Sebuah Review Novel: Awan-Awan di Atas Kepala Kita, karya Miranda Malonka.

sipa

--

Maka, jawaban terbaik untuk problems eksistensial kita bukanlah mencari-cari seribu alasan untuk tetap hidup, melainkan memilih untuk tetap hidup meskipun ada seribu satu alasan untuk mati

— Awan-Awan di Atas Kepala Kita.

dapat ditemukan di toko buku favoritmu, atau di Gramedia Digital

Peringatan terlebih dahulu, novel ini akan membuat kamu tidak nyaman jikalau kamu sensitif dengan topik bunuh diri dan toxic relationship.
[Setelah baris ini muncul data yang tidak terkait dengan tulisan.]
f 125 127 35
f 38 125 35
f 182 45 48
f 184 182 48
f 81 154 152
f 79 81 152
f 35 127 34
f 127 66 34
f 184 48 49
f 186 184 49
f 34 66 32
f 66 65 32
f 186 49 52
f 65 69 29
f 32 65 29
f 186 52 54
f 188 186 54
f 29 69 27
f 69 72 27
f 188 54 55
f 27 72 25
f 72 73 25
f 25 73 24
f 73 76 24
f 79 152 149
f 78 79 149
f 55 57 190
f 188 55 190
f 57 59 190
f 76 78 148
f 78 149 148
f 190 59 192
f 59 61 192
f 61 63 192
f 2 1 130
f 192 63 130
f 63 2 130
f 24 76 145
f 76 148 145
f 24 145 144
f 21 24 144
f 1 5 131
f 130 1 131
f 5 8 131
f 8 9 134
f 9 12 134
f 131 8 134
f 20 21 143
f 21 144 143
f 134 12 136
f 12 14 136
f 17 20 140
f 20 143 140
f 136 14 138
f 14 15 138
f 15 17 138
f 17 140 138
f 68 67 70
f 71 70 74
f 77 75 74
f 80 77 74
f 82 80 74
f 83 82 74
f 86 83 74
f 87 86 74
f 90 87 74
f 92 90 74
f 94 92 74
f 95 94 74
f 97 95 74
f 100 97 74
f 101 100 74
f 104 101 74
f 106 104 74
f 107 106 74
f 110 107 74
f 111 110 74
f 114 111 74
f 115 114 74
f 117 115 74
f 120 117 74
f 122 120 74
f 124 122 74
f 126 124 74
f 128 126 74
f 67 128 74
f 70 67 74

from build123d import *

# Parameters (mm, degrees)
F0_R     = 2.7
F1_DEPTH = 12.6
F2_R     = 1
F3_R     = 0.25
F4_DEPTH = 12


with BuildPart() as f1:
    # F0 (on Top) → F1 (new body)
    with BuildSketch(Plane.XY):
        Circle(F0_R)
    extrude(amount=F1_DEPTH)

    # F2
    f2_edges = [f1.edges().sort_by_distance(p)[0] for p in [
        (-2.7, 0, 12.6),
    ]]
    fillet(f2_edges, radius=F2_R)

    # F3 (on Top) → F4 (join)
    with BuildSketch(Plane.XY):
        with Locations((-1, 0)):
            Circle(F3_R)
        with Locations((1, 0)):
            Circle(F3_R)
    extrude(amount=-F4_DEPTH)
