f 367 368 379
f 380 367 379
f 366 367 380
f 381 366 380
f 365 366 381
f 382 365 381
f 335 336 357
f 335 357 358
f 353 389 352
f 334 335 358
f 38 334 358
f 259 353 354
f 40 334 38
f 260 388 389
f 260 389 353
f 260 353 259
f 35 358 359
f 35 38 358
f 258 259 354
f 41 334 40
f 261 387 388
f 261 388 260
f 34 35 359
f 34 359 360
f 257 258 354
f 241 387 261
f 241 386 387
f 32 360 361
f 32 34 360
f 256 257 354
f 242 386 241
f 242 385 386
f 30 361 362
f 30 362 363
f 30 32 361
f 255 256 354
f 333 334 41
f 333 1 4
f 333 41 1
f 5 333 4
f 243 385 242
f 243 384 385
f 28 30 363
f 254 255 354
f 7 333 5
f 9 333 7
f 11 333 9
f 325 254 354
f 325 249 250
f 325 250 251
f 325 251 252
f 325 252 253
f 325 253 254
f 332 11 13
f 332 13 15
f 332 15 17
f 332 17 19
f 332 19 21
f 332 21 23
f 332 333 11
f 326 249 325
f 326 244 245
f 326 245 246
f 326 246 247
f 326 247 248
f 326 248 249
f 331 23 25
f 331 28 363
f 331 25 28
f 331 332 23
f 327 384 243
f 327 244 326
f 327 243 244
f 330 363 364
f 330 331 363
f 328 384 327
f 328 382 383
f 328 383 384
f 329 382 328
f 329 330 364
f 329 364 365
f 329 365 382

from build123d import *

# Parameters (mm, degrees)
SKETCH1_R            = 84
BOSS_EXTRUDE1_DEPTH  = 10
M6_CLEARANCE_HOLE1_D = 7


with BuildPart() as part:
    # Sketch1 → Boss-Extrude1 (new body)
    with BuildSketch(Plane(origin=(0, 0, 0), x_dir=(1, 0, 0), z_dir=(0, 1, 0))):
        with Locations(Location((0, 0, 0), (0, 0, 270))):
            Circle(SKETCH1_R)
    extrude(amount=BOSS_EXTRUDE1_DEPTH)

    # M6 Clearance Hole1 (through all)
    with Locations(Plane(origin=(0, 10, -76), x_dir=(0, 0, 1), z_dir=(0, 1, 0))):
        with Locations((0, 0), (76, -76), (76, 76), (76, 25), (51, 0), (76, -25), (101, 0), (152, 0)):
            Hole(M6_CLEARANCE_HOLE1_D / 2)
Bercerita tentang Ben, yang hari itu digagalkan upaya bunuh dirinya oleh seorang gadis bernama Kay. Kay tidak mengerti, mengapa manusia hampir sempurna seperti Ben, yang tegap tubuhnya, enak hidupnya, tampan wajahnya, memilih untuk membuat rencana bunuh diri di jembatan rapuh dengan sungai di bawahnya yang penuh dengan sampah.
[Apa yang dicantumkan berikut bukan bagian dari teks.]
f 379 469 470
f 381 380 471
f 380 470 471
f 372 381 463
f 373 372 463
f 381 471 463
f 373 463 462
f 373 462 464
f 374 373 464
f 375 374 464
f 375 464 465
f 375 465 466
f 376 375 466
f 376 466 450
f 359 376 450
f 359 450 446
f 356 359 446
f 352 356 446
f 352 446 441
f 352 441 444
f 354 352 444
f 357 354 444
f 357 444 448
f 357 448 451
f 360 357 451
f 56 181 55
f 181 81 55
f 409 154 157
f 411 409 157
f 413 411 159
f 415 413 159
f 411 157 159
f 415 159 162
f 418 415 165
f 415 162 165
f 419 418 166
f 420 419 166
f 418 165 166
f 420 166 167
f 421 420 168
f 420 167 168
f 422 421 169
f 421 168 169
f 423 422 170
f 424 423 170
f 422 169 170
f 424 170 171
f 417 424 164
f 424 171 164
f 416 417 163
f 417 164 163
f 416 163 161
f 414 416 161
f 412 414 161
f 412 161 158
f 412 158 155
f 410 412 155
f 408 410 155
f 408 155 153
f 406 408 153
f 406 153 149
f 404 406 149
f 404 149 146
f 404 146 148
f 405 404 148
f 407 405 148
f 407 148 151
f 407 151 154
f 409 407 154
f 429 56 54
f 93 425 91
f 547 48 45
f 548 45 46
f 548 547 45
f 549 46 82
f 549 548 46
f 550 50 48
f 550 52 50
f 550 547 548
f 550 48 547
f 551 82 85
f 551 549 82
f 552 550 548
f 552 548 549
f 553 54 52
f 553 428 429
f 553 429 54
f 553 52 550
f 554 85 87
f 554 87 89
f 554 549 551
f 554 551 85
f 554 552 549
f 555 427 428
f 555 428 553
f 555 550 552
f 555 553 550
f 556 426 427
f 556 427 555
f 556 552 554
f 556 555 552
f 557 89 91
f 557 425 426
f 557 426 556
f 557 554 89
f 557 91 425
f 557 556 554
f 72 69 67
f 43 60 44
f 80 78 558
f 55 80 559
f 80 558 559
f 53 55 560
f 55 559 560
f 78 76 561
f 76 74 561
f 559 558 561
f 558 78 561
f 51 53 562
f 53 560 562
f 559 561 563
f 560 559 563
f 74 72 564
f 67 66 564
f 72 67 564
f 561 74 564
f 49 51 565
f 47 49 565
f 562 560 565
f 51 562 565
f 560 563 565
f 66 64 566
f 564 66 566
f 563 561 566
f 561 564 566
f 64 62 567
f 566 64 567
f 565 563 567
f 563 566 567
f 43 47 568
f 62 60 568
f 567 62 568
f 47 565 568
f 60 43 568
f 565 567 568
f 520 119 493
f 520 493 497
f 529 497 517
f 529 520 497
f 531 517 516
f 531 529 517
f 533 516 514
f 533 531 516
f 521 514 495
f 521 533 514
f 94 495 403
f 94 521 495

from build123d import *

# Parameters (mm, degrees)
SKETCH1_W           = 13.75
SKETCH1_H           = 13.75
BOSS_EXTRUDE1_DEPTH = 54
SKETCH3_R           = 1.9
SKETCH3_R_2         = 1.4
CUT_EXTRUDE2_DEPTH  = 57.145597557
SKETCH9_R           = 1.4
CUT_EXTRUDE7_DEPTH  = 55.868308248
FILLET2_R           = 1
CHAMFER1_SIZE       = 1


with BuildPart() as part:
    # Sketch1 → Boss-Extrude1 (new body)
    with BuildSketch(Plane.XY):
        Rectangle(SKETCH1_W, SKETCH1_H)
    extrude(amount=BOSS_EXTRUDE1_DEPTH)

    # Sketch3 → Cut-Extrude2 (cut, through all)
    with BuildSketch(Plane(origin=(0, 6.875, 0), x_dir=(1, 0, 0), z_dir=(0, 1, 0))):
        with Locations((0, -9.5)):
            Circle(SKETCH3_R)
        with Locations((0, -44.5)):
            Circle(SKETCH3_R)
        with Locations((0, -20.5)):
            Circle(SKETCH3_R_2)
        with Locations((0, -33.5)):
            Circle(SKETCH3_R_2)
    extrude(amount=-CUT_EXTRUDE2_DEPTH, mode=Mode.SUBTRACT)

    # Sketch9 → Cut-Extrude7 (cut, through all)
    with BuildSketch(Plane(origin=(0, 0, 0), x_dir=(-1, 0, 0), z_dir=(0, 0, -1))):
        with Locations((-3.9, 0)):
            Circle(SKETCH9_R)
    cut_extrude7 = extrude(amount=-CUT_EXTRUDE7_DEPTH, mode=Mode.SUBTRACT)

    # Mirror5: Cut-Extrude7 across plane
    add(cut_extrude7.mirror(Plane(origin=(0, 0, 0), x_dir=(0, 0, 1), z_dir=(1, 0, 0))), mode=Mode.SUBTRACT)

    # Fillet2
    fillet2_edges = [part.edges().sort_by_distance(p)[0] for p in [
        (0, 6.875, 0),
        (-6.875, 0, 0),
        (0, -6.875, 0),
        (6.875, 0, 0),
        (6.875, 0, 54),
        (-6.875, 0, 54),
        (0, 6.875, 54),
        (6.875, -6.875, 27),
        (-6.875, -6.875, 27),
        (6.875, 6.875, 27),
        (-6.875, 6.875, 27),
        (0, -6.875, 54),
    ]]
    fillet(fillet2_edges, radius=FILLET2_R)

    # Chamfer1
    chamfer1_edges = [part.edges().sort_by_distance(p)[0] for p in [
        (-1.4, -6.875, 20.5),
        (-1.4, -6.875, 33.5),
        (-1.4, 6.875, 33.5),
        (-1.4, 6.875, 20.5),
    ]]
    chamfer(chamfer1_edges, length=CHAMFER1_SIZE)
Ben tidak mengerti pula, mengapa ada manusia secerah Kay. Senyumnya yang riang, sorot matanya yang hidup, langkahnya yang penuh optimisme, dan bandananya yang menyiratkan banyak harapan. Ben dan Kay adalah kutub berlawanan. Setelah kejadian gagalnya upaya bunuh diri Ben, Kay bersikeras untuk membuat Ben kembali menginginkan kehidupan. Ia datang ke hidup Ben, mengetuk pintu hidupnya, berbicara dengannya, bersitegang dengannya. Kay menolak diusir oleh Ben, walaupun mati-matian Ben berkata bahwa dia tidak butuh manusia seperti Kay.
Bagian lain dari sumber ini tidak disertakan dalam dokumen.